De pétalas brancas, pintadas de pus, era uma rosa jogada na calçada,
como qualquer pedaço de lixo, como qualquer resquício de vida.
Deve ter caído do alto de algum apartamento ou de algum buquê levado
por um boy desastrado, mas ela estava ali, sobre os paralelepípedos como
um quebra-cabeça diferente.
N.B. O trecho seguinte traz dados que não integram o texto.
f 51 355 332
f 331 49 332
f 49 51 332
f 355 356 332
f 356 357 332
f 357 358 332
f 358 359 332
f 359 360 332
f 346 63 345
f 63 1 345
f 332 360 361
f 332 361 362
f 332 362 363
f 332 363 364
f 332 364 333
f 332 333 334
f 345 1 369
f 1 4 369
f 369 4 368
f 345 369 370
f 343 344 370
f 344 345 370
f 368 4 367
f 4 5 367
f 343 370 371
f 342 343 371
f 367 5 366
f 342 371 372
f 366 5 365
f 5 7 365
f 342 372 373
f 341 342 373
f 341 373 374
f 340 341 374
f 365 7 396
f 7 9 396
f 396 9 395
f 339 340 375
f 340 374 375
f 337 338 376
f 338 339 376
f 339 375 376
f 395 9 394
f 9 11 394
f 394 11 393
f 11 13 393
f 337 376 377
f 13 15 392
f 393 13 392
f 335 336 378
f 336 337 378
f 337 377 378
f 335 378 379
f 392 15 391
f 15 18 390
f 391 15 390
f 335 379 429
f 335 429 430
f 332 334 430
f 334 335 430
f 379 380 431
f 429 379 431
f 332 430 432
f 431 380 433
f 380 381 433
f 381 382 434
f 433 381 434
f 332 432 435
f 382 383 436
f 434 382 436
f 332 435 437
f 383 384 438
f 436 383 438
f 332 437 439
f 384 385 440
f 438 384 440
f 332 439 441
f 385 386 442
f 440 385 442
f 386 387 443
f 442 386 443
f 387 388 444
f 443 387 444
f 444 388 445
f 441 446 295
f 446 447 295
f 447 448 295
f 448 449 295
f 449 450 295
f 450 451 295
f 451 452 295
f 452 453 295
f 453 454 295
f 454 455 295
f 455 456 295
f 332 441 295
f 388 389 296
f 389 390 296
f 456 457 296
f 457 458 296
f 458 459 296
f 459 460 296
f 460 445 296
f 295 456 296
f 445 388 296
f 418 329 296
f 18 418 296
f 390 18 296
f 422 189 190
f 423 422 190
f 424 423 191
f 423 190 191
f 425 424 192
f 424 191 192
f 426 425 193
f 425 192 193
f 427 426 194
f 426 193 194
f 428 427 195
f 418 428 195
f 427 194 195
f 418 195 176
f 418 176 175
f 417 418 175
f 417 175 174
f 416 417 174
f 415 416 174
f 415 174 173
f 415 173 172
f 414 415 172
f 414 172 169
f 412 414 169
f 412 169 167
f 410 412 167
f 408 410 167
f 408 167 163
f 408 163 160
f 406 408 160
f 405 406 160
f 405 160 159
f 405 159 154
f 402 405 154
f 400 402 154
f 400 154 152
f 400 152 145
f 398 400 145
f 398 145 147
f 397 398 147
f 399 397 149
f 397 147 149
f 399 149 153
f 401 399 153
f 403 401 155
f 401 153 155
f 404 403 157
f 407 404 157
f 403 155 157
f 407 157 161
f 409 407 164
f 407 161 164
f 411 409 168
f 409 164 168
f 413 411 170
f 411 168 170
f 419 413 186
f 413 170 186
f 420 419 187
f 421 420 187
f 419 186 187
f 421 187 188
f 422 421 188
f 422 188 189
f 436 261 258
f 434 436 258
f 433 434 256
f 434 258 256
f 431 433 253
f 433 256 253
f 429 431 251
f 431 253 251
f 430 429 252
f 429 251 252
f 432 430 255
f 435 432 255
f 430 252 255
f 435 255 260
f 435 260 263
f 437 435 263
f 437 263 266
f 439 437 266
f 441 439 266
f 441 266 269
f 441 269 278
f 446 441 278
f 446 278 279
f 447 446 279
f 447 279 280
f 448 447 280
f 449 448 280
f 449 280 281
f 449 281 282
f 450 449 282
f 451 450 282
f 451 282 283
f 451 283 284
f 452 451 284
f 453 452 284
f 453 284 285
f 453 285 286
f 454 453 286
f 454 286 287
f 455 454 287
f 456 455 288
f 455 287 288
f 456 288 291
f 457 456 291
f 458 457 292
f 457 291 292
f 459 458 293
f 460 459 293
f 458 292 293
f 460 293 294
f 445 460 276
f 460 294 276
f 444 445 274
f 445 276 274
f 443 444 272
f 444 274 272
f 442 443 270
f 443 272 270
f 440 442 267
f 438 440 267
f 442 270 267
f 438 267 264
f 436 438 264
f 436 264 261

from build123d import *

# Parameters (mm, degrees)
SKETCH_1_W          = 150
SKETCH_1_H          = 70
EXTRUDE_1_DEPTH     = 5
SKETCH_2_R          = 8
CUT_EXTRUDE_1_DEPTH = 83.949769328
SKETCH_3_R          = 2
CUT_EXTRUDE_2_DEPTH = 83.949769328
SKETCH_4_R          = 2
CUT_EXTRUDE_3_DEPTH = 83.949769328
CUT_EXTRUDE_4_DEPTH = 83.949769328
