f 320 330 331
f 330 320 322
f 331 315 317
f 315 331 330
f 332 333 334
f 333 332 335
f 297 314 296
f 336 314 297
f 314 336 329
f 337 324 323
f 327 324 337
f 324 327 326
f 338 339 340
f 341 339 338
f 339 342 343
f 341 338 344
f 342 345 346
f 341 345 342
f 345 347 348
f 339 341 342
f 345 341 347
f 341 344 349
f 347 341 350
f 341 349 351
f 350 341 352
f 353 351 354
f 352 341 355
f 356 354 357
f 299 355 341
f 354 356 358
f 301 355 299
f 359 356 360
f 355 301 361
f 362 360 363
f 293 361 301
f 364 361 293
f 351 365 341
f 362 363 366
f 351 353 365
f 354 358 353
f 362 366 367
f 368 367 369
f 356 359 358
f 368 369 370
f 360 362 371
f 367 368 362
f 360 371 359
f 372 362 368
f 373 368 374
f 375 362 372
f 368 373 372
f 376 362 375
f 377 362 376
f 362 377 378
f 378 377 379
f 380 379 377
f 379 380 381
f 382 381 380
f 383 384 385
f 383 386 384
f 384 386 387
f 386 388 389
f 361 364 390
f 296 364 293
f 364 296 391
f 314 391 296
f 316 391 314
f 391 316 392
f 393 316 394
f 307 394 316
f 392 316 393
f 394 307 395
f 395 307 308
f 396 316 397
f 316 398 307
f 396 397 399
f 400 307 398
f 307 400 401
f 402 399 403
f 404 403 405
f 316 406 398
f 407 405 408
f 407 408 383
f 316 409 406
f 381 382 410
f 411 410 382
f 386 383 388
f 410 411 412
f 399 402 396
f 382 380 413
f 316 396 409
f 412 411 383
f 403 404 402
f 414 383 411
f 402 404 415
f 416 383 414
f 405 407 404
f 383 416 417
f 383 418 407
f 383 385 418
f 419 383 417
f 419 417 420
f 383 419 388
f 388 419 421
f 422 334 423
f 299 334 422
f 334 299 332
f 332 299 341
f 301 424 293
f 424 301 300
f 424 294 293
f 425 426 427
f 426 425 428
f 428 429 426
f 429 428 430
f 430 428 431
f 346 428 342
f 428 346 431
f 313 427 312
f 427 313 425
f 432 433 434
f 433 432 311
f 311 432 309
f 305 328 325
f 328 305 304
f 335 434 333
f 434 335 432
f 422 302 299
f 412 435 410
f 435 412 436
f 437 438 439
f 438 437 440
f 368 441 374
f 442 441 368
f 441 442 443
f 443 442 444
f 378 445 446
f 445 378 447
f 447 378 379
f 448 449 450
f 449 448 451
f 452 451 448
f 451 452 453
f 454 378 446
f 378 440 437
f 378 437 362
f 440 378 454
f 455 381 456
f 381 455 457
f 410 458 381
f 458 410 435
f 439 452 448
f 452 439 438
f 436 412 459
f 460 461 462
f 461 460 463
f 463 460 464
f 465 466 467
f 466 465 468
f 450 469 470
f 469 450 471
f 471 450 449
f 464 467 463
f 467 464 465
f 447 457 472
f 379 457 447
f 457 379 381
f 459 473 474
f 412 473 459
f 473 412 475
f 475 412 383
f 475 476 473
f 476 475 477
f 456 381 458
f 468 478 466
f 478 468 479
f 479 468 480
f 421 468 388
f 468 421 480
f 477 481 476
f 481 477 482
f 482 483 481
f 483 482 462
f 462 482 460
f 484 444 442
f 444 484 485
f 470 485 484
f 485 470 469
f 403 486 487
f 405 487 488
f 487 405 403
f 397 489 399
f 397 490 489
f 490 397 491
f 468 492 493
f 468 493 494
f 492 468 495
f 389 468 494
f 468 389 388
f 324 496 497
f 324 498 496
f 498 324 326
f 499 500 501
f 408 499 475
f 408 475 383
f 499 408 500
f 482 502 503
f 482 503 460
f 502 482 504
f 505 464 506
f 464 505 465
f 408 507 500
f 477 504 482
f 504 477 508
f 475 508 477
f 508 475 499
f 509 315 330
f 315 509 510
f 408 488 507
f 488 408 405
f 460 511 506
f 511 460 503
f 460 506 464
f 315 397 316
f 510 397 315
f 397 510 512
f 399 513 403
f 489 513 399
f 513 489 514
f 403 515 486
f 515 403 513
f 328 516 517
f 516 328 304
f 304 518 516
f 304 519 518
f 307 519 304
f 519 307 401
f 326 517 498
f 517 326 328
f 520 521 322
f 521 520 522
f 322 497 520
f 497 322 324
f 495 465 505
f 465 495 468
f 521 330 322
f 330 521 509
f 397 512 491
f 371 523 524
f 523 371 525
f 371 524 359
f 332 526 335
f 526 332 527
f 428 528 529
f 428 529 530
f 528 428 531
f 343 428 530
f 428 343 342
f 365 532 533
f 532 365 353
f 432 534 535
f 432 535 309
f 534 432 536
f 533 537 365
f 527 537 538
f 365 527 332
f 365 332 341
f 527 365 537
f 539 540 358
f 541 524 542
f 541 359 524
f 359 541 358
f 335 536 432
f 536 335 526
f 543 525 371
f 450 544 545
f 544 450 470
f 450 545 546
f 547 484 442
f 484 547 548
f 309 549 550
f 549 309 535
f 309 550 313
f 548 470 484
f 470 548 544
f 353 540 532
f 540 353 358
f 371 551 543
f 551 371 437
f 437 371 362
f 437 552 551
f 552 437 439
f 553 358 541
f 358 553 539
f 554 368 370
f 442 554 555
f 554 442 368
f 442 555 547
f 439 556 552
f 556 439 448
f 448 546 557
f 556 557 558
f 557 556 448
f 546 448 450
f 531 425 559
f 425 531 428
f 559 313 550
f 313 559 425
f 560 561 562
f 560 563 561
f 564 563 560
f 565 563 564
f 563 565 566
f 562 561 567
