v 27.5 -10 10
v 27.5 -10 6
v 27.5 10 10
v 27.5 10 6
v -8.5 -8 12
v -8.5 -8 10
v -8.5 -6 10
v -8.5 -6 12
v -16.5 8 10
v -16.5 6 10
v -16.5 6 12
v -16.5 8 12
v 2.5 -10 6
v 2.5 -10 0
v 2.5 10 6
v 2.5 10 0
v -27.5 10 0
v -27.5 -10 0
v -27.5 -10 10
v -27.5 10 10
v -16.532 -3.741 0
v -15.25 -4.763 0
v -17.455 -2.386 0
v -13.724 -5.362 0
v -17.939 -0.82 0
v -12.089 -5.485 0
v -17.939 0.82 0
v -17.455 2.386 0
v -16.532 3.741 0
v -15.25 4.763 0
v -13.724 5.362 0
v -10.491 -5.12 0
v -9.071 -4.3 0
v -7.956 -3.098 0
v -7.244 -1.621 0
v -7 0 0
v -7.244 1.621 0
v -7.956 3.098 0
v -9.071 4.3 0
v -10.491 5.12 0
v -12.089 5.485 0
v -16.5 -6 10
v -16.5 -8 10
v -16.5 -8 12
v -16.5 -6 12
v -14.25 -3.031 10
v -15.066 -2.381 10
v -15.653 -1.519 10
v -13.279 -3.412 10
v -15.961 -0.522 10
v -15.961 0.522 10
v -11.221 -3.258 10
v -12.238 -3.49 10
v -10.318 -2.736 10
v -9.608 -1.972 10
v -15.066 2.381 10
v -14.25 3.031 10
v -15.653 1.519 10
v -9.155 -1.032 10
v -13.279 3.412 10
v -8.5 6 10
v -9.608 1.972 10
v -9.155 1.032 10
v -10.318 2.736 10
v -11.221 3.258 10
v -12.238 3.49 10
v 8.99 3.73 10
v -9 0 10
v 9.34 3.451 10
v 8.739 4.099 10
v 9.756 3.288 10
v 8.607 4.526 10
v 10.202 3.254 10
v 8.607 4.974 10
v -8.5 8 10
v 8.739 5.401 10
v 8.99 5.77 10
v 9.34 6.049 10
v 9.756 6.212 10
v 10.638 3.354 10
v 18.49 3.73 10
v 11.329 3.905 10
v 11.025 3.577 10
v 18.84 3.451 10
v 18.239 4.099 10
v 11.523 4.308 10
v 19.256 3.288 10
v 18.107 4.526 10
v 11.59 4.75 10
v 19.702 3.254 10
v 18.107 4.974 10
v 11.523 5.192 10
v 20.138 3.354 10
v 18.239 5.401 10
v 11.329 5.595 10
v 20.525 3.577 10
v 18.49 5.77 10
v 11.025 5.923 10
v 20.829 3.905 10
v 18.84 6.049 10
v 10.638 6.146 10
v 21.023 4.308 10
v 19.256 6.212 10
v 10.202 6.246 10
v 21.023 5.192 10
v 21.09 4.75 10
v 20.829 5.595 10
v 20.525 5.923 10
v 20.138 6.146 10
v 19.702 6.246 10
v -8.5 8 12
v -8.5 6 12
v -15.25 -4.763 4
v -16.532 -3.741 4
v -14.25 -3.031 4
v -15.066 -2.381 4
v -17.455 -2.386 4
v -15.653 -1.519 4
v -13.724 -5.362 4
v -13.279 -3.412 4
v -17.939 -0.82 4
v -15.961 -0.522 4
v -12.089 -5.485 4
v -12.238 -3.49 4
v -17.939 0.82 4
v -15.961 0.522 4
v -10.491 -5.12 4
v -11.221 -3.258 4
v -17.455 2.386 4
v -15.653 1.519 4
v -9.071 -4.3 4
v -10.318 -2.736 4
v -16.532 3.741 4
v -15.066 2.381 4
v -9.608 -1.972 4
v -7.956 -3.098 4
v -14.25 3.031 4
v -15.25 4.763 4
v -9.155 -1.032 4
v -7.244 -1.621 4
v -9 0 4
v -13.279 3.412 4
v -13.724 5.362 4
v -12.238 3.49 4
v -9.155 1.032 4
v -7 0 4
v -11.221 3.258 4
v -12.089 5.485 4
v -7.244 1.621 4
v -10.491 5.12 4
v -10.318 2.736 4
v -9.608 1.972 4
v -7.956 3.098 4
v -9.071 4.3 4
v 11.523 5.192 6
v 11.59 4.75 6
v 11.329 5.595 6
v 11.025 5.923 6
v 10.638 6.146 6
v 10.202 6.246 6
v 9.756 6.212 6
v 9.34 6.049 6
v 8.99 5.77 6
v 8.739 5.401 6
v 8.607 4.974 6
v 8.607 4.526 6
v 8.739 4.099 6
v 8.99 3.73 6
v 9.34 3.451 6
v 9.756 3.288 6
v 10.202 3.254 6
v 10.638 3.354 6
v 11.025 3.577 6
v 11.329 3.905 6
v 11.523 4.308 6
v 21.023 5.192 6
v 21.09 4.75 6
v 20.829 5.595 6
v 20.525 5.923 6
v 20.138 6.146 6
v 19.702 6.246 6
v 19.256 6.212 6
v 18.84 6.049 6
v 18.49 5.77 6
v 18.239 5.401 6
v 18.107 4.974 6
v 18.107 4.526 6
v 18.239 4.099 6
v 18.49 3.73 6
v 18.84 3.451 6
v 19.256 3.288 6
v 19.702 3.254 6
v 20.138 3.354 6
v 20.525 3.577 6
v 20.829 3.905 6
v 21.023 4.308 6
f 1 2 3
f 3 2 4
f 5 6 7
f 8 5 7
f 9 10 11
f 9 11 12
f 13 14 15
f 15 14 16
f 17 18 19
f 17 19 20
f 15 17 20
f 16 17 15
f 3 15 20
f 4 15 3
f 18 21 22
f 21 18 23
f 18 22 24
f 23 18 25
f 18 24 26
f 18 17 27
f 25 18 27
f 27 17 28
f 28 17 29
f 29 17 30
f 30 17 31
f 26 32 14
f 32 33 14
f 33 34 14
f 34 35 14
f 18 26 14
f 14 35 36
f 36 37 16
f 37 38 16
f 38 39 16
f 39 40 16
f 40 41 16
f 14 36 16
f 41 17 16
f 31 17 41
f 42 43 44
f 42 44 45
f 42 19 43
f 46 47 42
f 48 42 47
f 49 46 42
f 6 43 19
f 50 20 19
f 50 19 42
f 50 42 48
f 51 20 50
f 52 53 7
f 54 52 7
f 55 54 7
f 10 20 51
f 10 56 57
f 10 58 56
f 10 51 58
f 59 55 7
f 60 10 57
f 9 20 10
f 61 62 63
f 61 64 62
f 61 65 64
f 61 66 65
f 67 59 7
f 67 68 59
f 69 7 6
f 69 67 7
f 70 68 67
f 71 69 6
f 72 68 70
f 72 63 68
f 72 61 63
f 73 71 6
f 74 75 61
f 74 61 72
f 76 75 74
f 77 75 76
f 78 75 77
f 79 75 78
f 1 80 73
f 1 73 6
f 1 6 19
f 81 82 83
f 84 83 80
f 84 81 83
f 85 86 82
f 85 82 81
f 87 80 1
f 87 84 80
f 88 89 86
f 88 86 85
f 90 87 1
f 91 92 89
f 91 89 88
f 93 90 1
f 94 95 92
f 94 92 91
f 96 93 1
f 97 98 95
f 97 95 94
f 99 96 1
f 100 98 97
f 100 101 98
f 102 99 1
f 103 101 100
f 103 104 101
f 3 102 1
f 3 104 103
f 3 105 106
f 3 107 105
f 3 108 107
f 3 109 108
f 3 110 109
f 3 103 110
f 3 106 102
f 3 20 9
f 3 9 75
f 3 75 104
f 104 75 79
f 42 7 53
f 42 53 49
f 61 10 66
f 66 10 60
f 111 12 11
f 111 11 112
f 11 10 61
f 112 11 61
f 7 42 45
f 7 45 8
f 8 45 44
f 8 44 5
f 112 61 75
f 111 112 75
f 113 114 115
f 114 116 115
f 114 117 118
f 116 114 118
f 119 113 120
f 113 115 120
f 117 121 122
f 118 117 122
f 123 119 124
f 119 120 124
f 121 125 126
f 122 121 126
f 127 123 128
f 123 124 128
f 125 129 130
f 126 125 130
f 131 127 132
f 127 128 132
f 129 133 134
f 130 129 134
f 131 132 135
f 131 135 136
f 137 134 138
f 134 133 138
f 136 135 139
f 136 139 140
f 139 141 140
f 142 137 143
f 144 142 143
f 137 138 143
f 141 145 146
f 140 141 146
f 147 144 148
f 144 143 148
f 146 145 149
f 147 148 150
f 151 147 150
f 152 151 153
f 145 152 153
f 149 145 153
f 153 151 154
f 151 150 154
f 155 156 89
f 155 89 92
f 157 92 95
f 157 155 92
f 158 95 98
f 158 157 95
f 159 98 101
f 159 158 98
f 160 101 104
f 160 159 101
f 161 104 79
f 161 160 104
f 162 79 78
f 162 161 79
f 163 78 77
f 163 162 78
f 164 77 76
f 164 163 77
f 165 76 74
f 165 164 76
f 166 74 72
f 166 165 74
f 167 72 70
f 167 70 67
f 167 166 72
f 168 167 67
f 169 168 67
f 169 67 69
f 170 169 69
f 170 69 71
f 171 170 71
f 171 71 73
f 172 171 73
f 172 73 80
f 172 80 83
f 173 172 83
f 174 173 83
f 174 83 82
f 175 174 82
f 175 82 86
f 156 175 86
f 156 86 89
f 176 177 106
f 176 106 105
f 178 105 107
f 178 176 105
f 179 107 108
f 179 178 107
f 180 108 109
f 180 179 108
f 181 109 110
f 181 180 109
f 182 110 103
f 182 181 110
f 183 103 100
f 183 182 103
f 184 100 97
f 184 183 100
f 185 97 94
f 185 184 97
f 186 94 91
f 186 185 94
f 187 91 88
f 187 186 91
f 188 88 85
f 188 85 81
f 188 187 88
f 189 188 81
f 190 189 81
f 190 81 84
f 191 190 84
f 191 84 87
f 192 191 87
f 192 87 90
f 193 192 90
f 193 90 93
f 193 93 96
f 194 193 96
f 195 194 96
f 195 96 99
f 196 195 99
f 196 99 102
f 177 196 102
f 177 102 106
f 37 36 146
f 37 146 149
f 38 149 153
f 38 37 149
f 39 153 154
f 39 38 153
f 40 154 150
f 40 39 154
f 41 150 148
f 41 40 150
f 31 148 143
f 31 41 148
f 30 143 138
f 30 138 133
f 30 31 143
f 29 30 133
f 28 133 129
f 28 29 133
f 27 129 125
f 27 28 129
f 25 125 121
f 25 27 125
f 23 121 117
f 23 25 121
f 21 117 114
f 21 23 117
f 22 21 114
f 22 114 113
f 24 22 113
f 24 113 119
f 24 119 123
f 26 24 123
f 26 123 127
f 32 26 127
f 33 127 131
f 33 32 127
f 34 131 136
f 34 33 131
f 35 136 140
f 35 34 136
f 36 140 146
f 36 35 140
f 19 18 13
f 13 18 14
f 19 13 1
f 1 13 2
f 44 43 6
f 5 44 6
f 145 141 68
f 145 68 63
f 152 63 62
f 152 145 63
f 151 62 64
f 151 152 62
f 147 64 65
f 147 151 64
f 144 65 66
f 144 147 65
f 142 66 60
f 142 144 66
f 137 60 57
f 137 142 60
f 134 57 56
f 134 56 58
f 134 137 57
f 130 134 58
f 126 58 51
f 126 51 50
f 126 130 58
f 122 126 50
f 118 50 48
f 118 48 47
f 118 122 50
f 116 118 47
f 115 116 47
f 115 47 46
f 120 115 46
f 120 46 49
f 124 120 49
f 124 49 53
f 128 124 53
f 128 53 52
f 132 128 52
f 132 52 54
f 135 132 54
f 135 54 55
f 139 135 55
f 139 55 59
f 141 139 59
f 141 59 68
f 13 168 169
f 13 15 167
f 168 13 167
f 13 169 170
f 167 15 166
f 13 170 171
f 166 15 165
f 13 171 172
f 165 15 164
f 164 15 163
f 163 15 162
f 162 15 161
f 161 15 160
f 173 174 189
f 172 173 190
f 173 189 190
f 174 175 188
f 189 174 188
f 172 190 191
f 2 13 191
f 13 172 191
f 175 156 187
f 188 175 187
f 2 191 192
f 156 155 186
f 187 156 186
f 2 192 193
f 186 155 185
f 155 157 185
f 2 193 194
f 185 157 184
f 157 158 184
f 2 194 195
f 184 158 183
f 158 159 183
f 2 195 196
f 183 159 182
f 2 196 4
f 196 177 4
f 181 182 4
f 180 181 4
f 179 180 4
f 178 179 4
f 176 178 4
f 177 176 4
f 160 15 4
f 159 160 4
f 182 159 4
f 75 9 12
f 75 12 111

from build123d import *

# Parameters (mm, degrees)
F0_W     = 55
F0_H     = 20
F0_R     = 3.5
F0_R_2   = 1.5
F1_DEPTH = 10
F2_W     = 8
F2_H     = 2
F3_DEPTH = 2
F4_R     = 5.5
F5_DEPTH = 4
F6_W     = 25
F6_H     = 20
F7_DEPTH = 6


with BuildPart() as f1:
    # F0 (on Top) → F1 (new body)
    with BuildSketch(Plane.XY):
        Rectangle(F0_W, F0_H)
        with Locations((-12.5, 0)):
            Circle(F0_R, mode=Mode.SUBTRACT)
        with Locations((10.09, 4.75)):
            Circle(F0_R_2, mode=Mode.SUBTRACT)
        with Locations((19.59, 4.75)):
            Circle(F0_R_2, mode=Mode.SUBTRACT)
    extrude(amount=F1_DEPTH)

    # F2 (on face) → F3 (join)
    with BuildSketch(Plane.XY.offset(10)):
        with Locations((-12.5, 7)):
            Rectangle(F2_W, F2_H)
        with Locations((-12.5, -7)):
            Rectangle(F2_W, F2_H)
    extrude(amount=F3_DEPTH)

    # F4 (on Top) → F5 (cut)
    with BuildSketch(Plane.XY):
        with Locations((-12.5, 0)):
            Circle(F4_R)
    extrude(amount=F5_DEPTH, mode=Mode.SUBTRACT)

    # F6 (on Top) → F7 (cut)
    with BuildSketch(Plane.XY):
        with Locations((15, 0)):
            Rectangle(F6_W, F6_H)
    extrude(amount=F7_DEPTH, mode=Mode.SUBTRACT)


solid = f1.part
Pisada por qualquer um que passasse, a rosa
se mantinha 'sobreviva' se alimentando apenas da garoa que caía levemente
sobre a velha metrópole cinza. Seus espinhos estavam frágeis,
ela estava sem defesa alguma e suas pétalas não estavam tão
claras quanto foram um dia, havia certas manchas negras sobre as suaves pétalas
daquela rosa que um dia foi símbolo de paixão e naquele momento
era símbolo de descaso.
Há metros dali, uma menina branca, mas de cor de sujeira, magra como
pau-d'água, com cara triste, estava com fome, libertou-se do papelão
que a cobria para se livrar da garoa e do frio e saiu atrás de algo 'comível'.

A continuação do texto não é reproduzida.